Question

Each of the faces of a fair six-sided number cube is numbered with one of the numbers $1$ through $6$, with a different number appearing on each face.

Two such number cubes will be tossed, and the sum of the numbers appearing on the faces that land up will be recorded.

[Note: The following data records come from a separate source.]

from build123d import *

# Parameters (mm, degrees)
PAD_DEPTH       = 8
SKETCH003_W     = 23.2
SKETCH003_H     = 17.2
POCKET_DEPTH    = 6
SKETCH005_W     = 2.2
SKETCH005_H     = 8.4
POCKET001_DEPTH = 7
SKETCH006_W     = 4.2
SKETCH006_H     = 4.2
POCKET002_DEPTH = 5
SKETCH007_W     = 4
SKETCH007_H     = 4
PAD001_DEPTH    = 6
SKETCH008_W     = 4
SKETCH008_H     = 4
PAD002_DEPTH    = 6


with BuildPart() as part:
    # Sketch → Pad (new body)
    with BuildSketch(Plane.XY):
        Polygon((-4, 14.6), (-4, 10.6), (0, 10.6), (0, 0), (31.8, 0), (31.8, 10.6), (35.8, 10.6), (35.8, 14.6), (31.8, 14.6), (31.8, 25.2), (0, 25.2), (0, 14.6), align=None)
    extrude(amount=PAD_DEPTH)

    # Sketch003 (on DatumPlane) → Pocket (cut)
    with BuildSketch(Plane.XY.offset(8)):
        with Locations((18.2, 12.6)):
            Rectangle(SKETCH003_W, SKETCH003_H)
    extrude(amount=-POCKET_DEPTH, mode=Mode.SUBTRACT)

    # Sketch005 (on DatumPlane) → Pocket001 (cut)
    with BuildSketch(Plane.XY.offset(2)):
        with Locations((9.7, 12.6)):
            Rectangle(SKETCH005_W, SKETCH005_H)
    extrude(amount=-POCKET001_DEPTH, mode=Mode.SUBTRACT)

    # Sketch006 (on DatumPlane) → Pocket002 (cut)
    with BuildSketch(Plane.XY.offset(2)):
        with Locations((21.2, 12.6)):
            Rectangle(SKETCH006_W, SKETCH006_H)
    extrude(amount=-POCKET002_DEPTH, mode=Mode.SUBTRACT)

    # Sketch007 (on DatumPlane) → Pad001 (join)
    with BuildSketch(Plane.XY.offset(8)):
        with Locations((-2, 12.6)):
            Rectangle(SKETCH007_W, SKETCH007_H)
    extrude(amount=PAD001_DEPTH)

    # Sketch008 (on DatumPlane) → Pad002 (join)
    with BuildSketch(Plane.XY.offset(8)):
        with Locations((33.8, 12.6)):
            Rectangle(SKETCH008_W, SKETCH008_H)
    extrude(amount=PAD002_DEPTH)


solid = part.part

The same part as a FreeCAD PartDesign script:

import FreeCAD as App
import Part
import Sketcher

V = App.Vector
Q = App.Units.Quantity

doc = App.newDocument("Part")
params = doc.addObject("Spreadsheet::Sheet", "Params")
for row, (alias, value) in enumerate([
    ("sketch1_width", "4 mm"),
    ("sketch1_width2", "31.8 mm"),
    ("sketch1_height", "10.6 mm"),
    ("pad1_length", "8 mm"),
    ("sketch2_width", "23.2 mm"),
    ("sketch2_height", "17.2 mm"),
    ("pocket1_length", "6 mm"),
    ("sketch3_width", "2.2 mm"),
    ("sketch3_height", "8.4 mm"),
    ("pocket2_length", "7 mm"),
    ("sketch4_width", "4.2 mm"),
    ("pocket3_length", "5 mm"),
    ("sketch5_width", "4 mm"),
    ("pad2_length", "6 mm"),
    ("sketch6_width", "4 mm"),
    ("pad3_length", "6 mm"),
], start=1):
    params.set(f"A{row}", alias)
    params.set(f"B{row}", "=" + value)
    params.setAlias(f"B{row}", alias)

body = doc.addObject("PartDesign::Body", "Body")

# Sketch on XY plane
sketch1 = doc.addObject("Sketcher::SketchObject", "Sketch")
body.addObject(sketch1)
sketch1.AttachmentSupport = (doc.XY_Plane, [""])
sketch1.MapMode = "FlatFace"
sketch1.addGeometry([
    Part.LineSegment(V(-4, 14.6, 0), V(-4, 10.6, 0)),  # 0
    Part.LineSegment(V(-4, 10.6, 0), V(0, 10.6, 0)),  # 1
    Part.LineSegment(V(0, 10.6, 0), V(0, 0, 0)),  # 2
    Part.LineSegment(V(0, 0, 0), V(31.8, 0, 0)),  # 3
    Part.LineSegment(V(31.8, 0, 0), V(31.8, 10.6, 0)),  # 4
    Part.LineSegment(V(31.8, 10.6, 0), V(35.8, 10.6, 0)),  # 5
    Part.LineSegment(V(35.8, 10.6, 0), V(35.8, 14.6, 0)),  # 6
    Part.LineSegment(V(35.8, 14.6, 0), V(31.8, 14.6, 0)),  # 7
    Part.LineSegment(V(31.8, 14.6, 0), V(31.8, 25.2, 0)),  # 8
    Part.LineSegment(V(31.8, 25.2, 0), V(0, 25.2, 0)),  # 9
    Part.LineSegment(V(0, 25.2, 0), V(0, 14.6, 0)),  # 10
    Part.LineSegment(V(0, 14.6, 0), V(-4, 14.6, 0)),  # 11
], False)
sketch1.addConstraint([
    Sketcher.Constraint("Coincident", 0, 2, 1, 1),
    Sketcher.Constraint("Coincident", 1, 2, 2, 1),
    Sketcher.Constraint("Coincident", 2, 2, 3, 1),
    Sketcher.Constraint("Coincident", 3, 2, 4, 1),
    Sketcher.Constraint("Coincident", 4, 2, 5, 1),
    Sketcher.Constraint("Coincident", 5, 2, 6, 1),
    Sketcher.Constraint("Coincident", 6, 2, 7, 1),
    Sketcher.Constraint("Coincident", 7, 2, 8, 1),
    Sketcher.Constraint("Coincident", 8, 2, 9, 1),
    Sketcher.Constraint("Coincident", 9, 2, 10, 1),
    Sketcher.Constraint("Coincident", 10, 2, 11, 1),
    Sketcher.Constraint("Coincident", 11, 2, 0, 1),
    Sketcher.Constraint("Vertical", 0),
    Sketcher.Constraint("Horizontal", 1),
    Sketcher.Constraint("Vertical", 2),
    Sketcher.Constraint("Horizontal", 3),
    Sketcher.Constraint("Vertical", 4),
    Sketcher.Constraint("Horizontal", 5),
    Sketcher.Constraint("Vertical", 6),
    Sketcher.Constraint("Horizontal", 7),
    Sketcher.Constraint("Vertical", 8),
    Sketcher.Constraint("Horizontal", 9),
    Sketcher.Constraint("Vertical", 10),
    Sketcher.Constraint("Horizontal", 11),
    Sketcher.Constraint("Coincident", 2, 2, -1, 1),
    Sketcher.Constraint("PointOnObject", 9, 2, -2),
    Sketcher.Constraint("Horizontal", 1, 2, 4, 2),
    Sketcher.Constraint("Horizontal", 7, 2, 10, 2),
    Sketcher.Constraint("Vertical", 4, 2, 7, 2),
    Sketcher.Constraint("Equal", 1, 5),
    Sketcher.Constraint("Equal", 11, 0),
    Sketcher.Constraint("Equal", 4, 8),
    Sketcher.Constraint("DistanceX", 1, 1, 1, 2, Q("4 mm")),
    Sketcher.Constraint("DistanceX", 3, 1, 3, 2, Q("31.8 mm")),
    Sketcher.Constraint("DistanceY", 2, 2, 2, 1, Q("10.6 mm")),
])
sketch1.setExpression("Constraints[32]", "Params.sketch1_width")
sketch1.setExpression("Constraints[33]", "Params.sketch1_width2")
sketch1.setExpression("Constraints[34]", "Params.sketch1_height")
pad1 = doc.addObject("PartDesign::Pad", "Pad")
body.addObject(pad1)
pad1.Profile = sketch1
pad1.setExpression("Length", "Params.pad1_length")

# Sketch on XY plane
sketch2 = doc.addObject("Sketcher::SketchObject", "Sketch001")
body.addObject(sketch2)
sketch2.AttachmentSupport = (doc.XY_Plane, [""])
sketch2.MapMode = "FlatFace"
sketch2.AttachmentOffset = App.Placement(V(0, 0, 8), App.Rotation())
sketch2.addGeometry([
    Part.LineSegment(V(7, 21, 0), V(7, 4, 0)),
    Part.LineSegment(V(7, 4, 0), V(30, 4, 0)),
    Part.LineSegment(V(30, 4, 0), V(30, 21, 0)),
    Part.LineSegment(V(30, 21, 0), V(7, 21, 0)),
], False)
sketch2.addConstraint([
    Sketcher.Constraint("Coincident", 0, 2, 1, 1),
    Sketcher.Constraint("Coincident", 1, 2, 2, 1),
    Sketcher.Constraint("Coincident", 2, 2, 3, 1),
    Sketcher.Constraint("Coincident", 3, 2, 0, 1),
    Sketcher.Constraint("Vertical", 0),
    Sketcher.Constraint("Horizontal", 1),
    Sketcher.Constraint("Vertical", 2),
    Sketcher.Constraint("Horizontal", 3),
    Sketcher.Constraint("DistanceX", 1, 1, 1, 2, Q("23.2 mm")),
    Sketcher.Constraint("DistanceY", 0, 2, 0, 1, Q("17.2 mm")),
    Sketcher.Constraint("DistanceY", -1, 1, 0, 2, Q("4 mm")),
    Sketcher.Constraint("DistanceX", -1, 1, 0, 2, Q("6.6 mm")),
])
sketch2.setExpression("Constraints[8]", "Params.sketch2_width")
sketch2.setExpression("Constraints[9]", "Params.sketch2_height")
pocket1 = doc.addObject("PartDesign::Pocket", "Pocket")
body.addObject(pocket1)
pocket1.Profile = sketch2
pocket1.setExpression("Length", "Params.pocket1_length")

# Sketch on XY plane
sketch3 = doc.addObject("Sketcher::SketchObject", "Sketch002")
body.addObject(sketch3)
sketch3.AttachmentSupport = (doc.XY_Plane, [""])
sketch3.MapMode = "FlatFace"
sketch3.AttachmentOffset = App.Placement(V(0, 0, 2), App.Rotation())
sketch3.addGeometry([
    Part.LineSegment(V(8.6, 16.8, 0), V(8.6, 8.4, 0)),
    Part.LineSegment(V(8.6, 8.4, 0), V(10.8, 8.4, 0)),
    Part.LineSegment(V(10.8, 8.4, 0), V(10.8, 16.8, 0)),
    Part.LineSegment(V(10.8, 16.8, 0), V(8.6, 16.8, 0)),
], False)
sketch3.addConstraint([
    Sketcher.Constraint("Coincident", 0, 2, 1, 1),
    Sketcher.Constraint("Coincident", 1, 2, 2, 1),
    Sketcher.Constraint("Coincident", 2, 2, 3, 1),
    Sketcher.Constraint("Coincident", 3, 2, 0, 1),
    Sketcher.Constraint("Vertical", 0),
    Sketcher.Constraint("Horizontal", 1),
    Sketcher.Constraint("Vertical", 2),
    Sketcher.Constraint("Horizontal", 3),
    Sketcher.Constraint("DistanceX", 1, 1, 1, 2, Q("2.2 mm")),
    Sketcher.Constraint("DistanceY", 0, 2, 0, 1, Q("8.4 mm")),
    Sketcher.Constraint("DistanceX", -1, 1, 0, 2, Q("8.6 mm")),
    Sketcher.Constraint("DistanceY", -1, 1, 0, 2, Q("8.4 mm")),
])
sketch3.setExpression("Constraints[8]", "Params.sketch3_width")
sketch3.setExpression("Constraints[9]", "Params.sketch3_height")
pocket2 = doc.addObject("PartDesign::Pocket", "Pocket001")
body.addObject(pocket2)
pocket2.Profile = sketch3
pocket2.setExpression("Length", "Params.pocket2_length")

# Sketch on XY plane
sketch4 = doc.addObject("Sketcher::SketchObject", "Sketch003")
body.addObject(sketch4)
sketch4.AttachmentSupport = (doc.XY_Plane, [""])
sketch4.MapMode = "FlatFace"
sketch4.AttachmentOffset = App.Placement(V(0, 0, 2), App.Rotation())
sketch4.addGeometry([
    Part.LineSegment(V(19.1, 14.7, 0), V(19.1, 10.5, 0)),
    Part.LineSegment(V(19.1, 10.5, 0), V(23.3, 10.5, 0)),
    Part.LineSegment(V(23.3, 10.5, 0), V(23.3, 14.7, 0)),
    Part.LineSegment(V(23.3, 14.7, 0), V(19.1, 14.7, 0)),
], False)
sketch4.addConstraint([
    Sketcher.Constraint("Coincident", 0, 2, 1, 1),
    Sketcher.Constraint("Coincident", 1, 2, 2, 1),
    Sketcher.Constraint("Coincident", 2, 2, 3, 1),
    Sketcher.Constraint("Coincident", 3, 2, 0, 1),
    Sketcher.Constraint("Vertical", 0),
    Sketcher.Constraint("Horizontal", 1),
    Sketcher.Constraint("Vertical", 2),
    Sketcher.Constraint("Horizontal", 3),
    Sketcher.Constraint("Equal", 3, 0),
    Sketcher.Constraint("DistanceX", 1, 1, 1, 2, Q("4.2 mm")),
    Sketcher.Constraint("DistanceX", -1, 1, 0, 2, Q("19.1 mm")),
    Sketcher.Constraint("DistanceY", -1, 1, 0, 2, Q("10.5 mm")),
])
sketch4.setExpression("Constraints[9]", "Params.sketch4_width")
pocket3 = doc.addObject("PartDesign::Pocket", "Pocket002")
body.addObject(pocket3)
pocket3.Profile = sketch4
pocket3.setExpression("Length", "Params.pocket3_length")

# Sketch on XY plane
sketch5 = doc.addObject("Sketcher::SketchObject", "Sketch004")
body.addObject(sketch5)
sketch5.AttachmentSupport = (doc.XY_Plane, [""])
sketch5.MapMode = "FlatFace"
sketch5.AttachmentOffset = App.Placement(V(0, 0, 8), App.Rotation())
sketch5.addGeometry([
    Part.LineSegment(V(-4, 14.6, 0), V(-4, 10.6, 0)),
    Part.LineSegment(V(-4, 10.6, 0), V(0, 10.6, 0)),
    Part.LineSegment(V(0, 10.6, 0), V(0, 14.6, 0)),
    Part.LineSegment(V(0, 14.6, 0), V(-4, 14.6, 0)),
], False)
sketch5.addConstraint([
    Sketcher.Constraint("Coincident", 0, 2, 1, 1),
    Sketcher.Constraint("Coincident", 1, 2, 2, 1),
    Sketcher.Constraint("Coincident", 2, 2, 3, 1),
    Sketcher.Constraint("Coincident", 3, 2, 0, 1),
    Sketcher.Constraint("Vertical", 0),
    Sketcher.Constraint("Horizontal", 1),
    Sketcher.Constraint("Vertical", 2),
    Sketcher.Constraint("Horizontal", 3),
    Sketcher.Constraint("PointOnObject", 1, 2, -2),
    Sketcher.Constraint("Equal", 3, 0),
    Sketcher.Constraint("DistanceX", 1, 1, 1, 2, Q("4 mm")),
    Sketcher.Constraint("DistanceY", -1, 1, 0, 2, Q("10.6 mm")),
])
sketch5.setExpression("Constraints[10]", "Params.sketch5_width")
pad2 = doc.addObject("PartDesign::Pad", "Pad001")
body.addObject(pad2)
pad2.Profile = sketch5
pad2.setExpression("Length", "Params.pad2_length")

# Sketch on XY plane
sketch6 = doc.addObject("Sketcher::SketchObject", "Sketch005")
body.addObject(sketch6)
sketch6.AttachmentSupport = (doc.XY_Plane, [""])
sketch6.MapMode = "FlatFace"
sketch6.AttachmentOffset = App.Placement(V(0, 0, 8), App.Rotation())
sketch6.addGeometry([
    Part.LineSegment(V(31.8, 14.6, 0), V(31.8, 10.6, 0)),
    Part.LineSegment(V(31.8, 10.6, 0), V(35.8, 10.6, 0)),
    Part.LineSegment(V(35.8, 10.6, 0), V(35.8, 14.6, 0)),
    Part.LineSegment(V(35.8, 14.6, 0), V(31.8, 14.6, 0)),
], False)
sketch6.addConstraint([
    Sketcher.Constraint("Coincident", 0, 2, 1, 1),
    Sketcher.Constraint("Coincident", 1, 2, 2, 1),
    Sketcher.Constraint("Coincident", 2, 2, 3, 1),
    Sketcher.Constraint("Coincident", 3, 2, 0, 1),
    Sketcher.Constraint("Vertical", 0),
    Sketcher.Constraint("Horizontal", 1),
    Sketcher.Constraint("Vertical", 2),
    Sketcher.Constraint("Horizontal", 3),
    Sketcher.Constraint("Equal", 3, 0),
    Sketcher.Constraint("DistanceX", 1, 1, 1, 2, Q("4 mm")),
    Sketcher.Constraint("DistanceX", -1, 1, 0, 2, Q("31.8 mm")),
    Sketcher.Constraint("DistanceY", -1, 1, 0, 2, Q("10.6 mm")),
])
sketch6.setExpression("Constraints[9]", "Params.sketch6_width")
pad3 = doc.addObject("PartDesign::Pad", "Pad002")
body.addObject(pad3)
pad3.Profile = sketch6
pad3.setExpression("Length", "Params.pad3_length")

doc.recompute()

What is the probability that the sum will be $4$, given that the sum is less than or equal to $6$ ?

Answer 1

Explanation to correct answer:

We know that

$\mathrm{P}\left(\mathrm{event}\right)=\frac{\mathrm{No}.\mathrm{of}\mathrm{outcomes}}{\mathrm{Total}\mathrm{outcomes}}$

Total outcomes$$\begin{gathered} =(1,1),(1,2),(1,3),(1,4),(1,5),(2,1),(2,2),(2,3),(2,4),(3,1),(3,2),(3,3),(4,1),(4,2),(5,1) \\ =15 \end{gathered}$$

Number of outcomes that have a sum equal to $4=(1,3),(2,2),(3,1)$

$\begin{array}{rcl}\therefore P\left(event\right)& =& \frac{3}{15}\\ & =& \frac{1}{5}\end{array}$

Hence, the probability that the sum of the numbers appearing on the faces that land up will be four is $\frac{1}{5}$.